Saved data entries
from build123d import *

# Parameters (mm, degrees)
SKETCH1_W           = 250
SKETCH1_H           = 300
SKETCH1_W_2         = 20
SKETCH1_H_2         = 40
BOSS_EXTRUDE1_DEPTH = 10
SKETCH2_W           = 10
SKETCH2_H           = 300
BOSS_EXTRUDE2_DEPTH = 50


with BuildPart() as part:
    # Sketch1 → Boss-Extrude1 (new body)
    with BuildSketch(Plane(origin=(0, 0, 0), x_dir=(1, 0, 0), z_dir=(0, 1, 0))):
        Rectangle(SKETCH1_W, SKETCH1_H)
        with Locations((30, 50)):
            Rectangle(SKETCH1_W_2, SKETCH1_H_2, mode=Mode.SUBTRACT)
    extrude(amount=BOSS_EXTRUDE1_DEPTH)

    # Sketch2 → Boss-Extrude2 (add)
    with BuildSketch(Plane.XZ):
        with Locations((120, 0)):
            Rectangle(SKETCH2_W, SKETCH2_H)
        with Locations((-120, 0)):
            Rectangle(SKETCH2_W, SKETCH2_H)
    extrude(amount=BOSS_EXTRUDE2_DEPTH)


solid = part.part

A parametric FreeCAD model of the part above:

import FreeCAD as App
import Part
import Sketcher

V = App.Vector

doc = App.newDocument("Part")
body = doc.addObject("PartDesign::Body", "Body")

# Sketch on XZ plane
sketch1 = body.newObject("Sketcher::SketchObject", "Sketch")
sketch1.AttachmentSupport = (doc.getObject("XZ_Plane"), [""])
sketch1.MapMode = "FlatFace"
sketch1.addGeometry(Part.LineSegment(V(-125, -150, 0), V(-125, 150, 0)), False)
sketch1.addGeometry(Part.LineSegment(V(-125, 150, 0), V(125, 150, 0)), False)
sketch1.addGeometry(Part.LineSegment(V(125, 150, 0), V(125, -150, 0)), False)
sketch1.addGeometry(Part.LineSegment(V(125, -150, 0), V(-125, -150, 0)), False)
sketch1.addGeometry(Part.LineSegment(V(40, -30, 0), V(20, -30, 0)), False)
sketch1.addGeometry(Part.LineSegment(V(20, -30, 0), V(20, -70, 0)), False)
sketch1.addGeometry(Part.LineSegment(V(20, -70, 0), V(40, -70, 0)), False)
sketch1.addGeometry(Part.LineSegment(V(40, -70, 0), V(40, -30, 0)), False)
sketch1.addConstraint(Sketcher.Constraint("Coincident", 0, 2, 1, 1))
sketch1.addConstraint(Sketcher.Constraint("Coincident", 1, 2, 2, 1))
sketch1.addConstraint(Sketcher.Constraint("Coincident", 2, 2, 3, 1))
sketch1.addConstraint(Sketcher.Constraint("Coincident", 3, 2, 0, 1))
sketch1.addConstraint(Sketcher.Constraint("Coincident", 4, 2, 5, 1))
sketch1.addConstraint(Sketcher.Constraint("Coincident", 5, 2, 6, 1))
sketch1.addConstraint(Sketcher.Constraint("Coincident", 6, 2, 7, 1))
sketch1.addConstraint(Sketcher.Constraint("Coincident", 7, 2, 4, 1))
sketch1.addConstraint(Sketcher.Constraint("Vertical", 0))
sketch1.addConstraint(Sketcher.Constraint("Horizontal", 1))
sketch1.addConstraint(Sketcher.Constraint("Vertical", 2))
sketch1.addConstraint(Sketcher.Constraint("Horizontal", 3))
sketch1.addConstraint(Sketcher.Constraint("Horizontal", 4))
sketch1.addConstraint(Sketcher.Constraint("Vertical", 5))
sketch1.addConstraint(Sketcher.Constraint("Horizontal", 6))
sketch1.addConstraint(Sketcher.Constraint("Vertical", 7))
sketch1.addConstraint(Sketcher.Constraint("Symmetric", 0, 2, 2, 2, -1, 1))
sketch1.addConstraint(Sketcher.Constraint("DistanceX", 1, 1, 1, 2, 250.0))
sketch1.addConstraint(Sketcher.Constraint("DistanceX", 4, 2, 4, 1, 20.0))
sketch1.addConstraint(Sketcher.Constraint("DistanceY", 0, 1, 0, 2, 300.0))
sketch1.addConstraint(Sketcher.Constraint("DistanceY", 5, 2, 5, 1, 40.0))
sketch1.addConstraint(Sketcher.Constraint("DistanceX", -1, 1, 4, 2, 20.0))
sketch1.addConstraint(Sketcher.Constraint("DistanceY", 4, 2, -1, 1, 30.0))
pad1 = body.newObject("PartDesign::Pad", "Pad")
pad1.Profile = sketch1
pad1.Length = 10
pad1.Reversed = True

# Sketch on XZ plane
sketch2 = body.newObject("Sketcher::SketchObject", "Sketch001")
sketch2.AttachmentSupport = (doc.getObject("XZ_Plane"), [""])
sketch2.MapMode = "FlatFace"
sketch2.addGeometry(Part.LineSegment(V(115, 150, 0), V(115, -150, 0)), False)
sketch2.addGeometry(Part.LineSegment(V(115, -150, 0), V(125, -150, 0)), False)
sketch2.addGeometry(Part.LineSegment(V(125, -150, 0), V(125, 150, 0)), False)
sketch2.addGeometry(Part.LineSegment(V(125, 150, 0), V(115, 150, 0)), False)
sketch2.addGeometry(Part.LineSegment(V(-125, 150, 0), V(-125, -150, 0)), False)
sketch2.addGeometry(Part.LineSegment(V(-125, -150, 0), V(-115, -150, 0)), False)
sketch2.addGeometry(Part.LineSegment(V(-115, -150, 0), V(-115, 150, 0)), False)
sketch2.addGeometry(Part.LineSegment(V(-115, 150, 0), V(-125, 150, 0)), False)
sketch2.addConstraint(Sketcher.Constraint("Coincident", 0, 2, 1, 1))
sketch2.addConstraint(Sketcher.Constraint("Coincident", 1, 2, 2, 1))
sketch2.addConstraint(Sketcher.Constraint("Coincident", 2, 2, 3, 1))
sketch2.addConstraint(Sketcher.Constraint("Coincident", 3, 2, 0, 1))
sketch2.addConstraint(Sketcher.Constraint("Coincident", 4, 2, 5, 1))
sketch2.addConstraint(Sketcher.Constraint("Coincident", 5, 2, 6, 1))
sketch2.addConstraint(Sketcher.Constraint("Coincident", 6, 2, 7, 1))
sketch2.addConstraint(Sketcher.Constraint("Coincident", 7, 2, 4, 1))
sketch2.addConstraint(Sketcher.Constraint("Vertical", 0))
sketch2.addConstraint(Sketcher.Constraint("Horizontal", 1))
sketch2.addConstraint(Sketcher.Constraint("Vertical", 2))
sketch2.addConstraint(Sketcher.Constraint("Horizontal", 3))
sketch2.addConstraint(Sketcher.Constraint("Vertical", 4))
sketch2.addConstraint(Sketcher.Constraint("Horizontal", 5))
sketch2.addConstraint(Sketcher.Constraint("Vertical", 6))
sketch2.addConstraint(Sketcher.Constraint("Horizontal", 7))
sketch2.addConstraint(Sketcher.Constraint("Symmetric", 2, 2, 4, 2, -1, 1))
sketch2.addConstraint(Sketcher.Constraint("Symmetric", 0, 2, 6, 2, -1, 1))
sketch2.addConstraint(Sketcher.Constraint("Horizontal", 1, 2, 4, 2))
sketch2.addConstraint(Sketcher.Constraint("DistanceX", 1, 1, 1, 2, 10.0))
sketch2.addConstraint(Sketcher.Constraint("DistanceY", 0, 2, 0, 1, 300.0))
sketch2.addConstraint(Sketcher.Constraint("DistanceX", -1, 1, 0, 2, 115.0))
pad2 = body.newObject("PartDesign::Pad", "Pad001")
pad2.Profile = sketch2
pad2.Length = 50

doc.recompute()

TASK PROMPT | In the entries above, find each line containing the string "Rectangle" and copy it.

OUTPUT BELOW |
        Rectangle(SKETCH1_W, SKETCH1_H)
            Rectangle(SKETCH1_W_2, SKETCH1_H_2, mode=Mode.SUBTRACT)
            Rectangle(SKETCH2_W, SKETCH2_H)
            Rectangle(SKETCH2_W, SKETCH2_H)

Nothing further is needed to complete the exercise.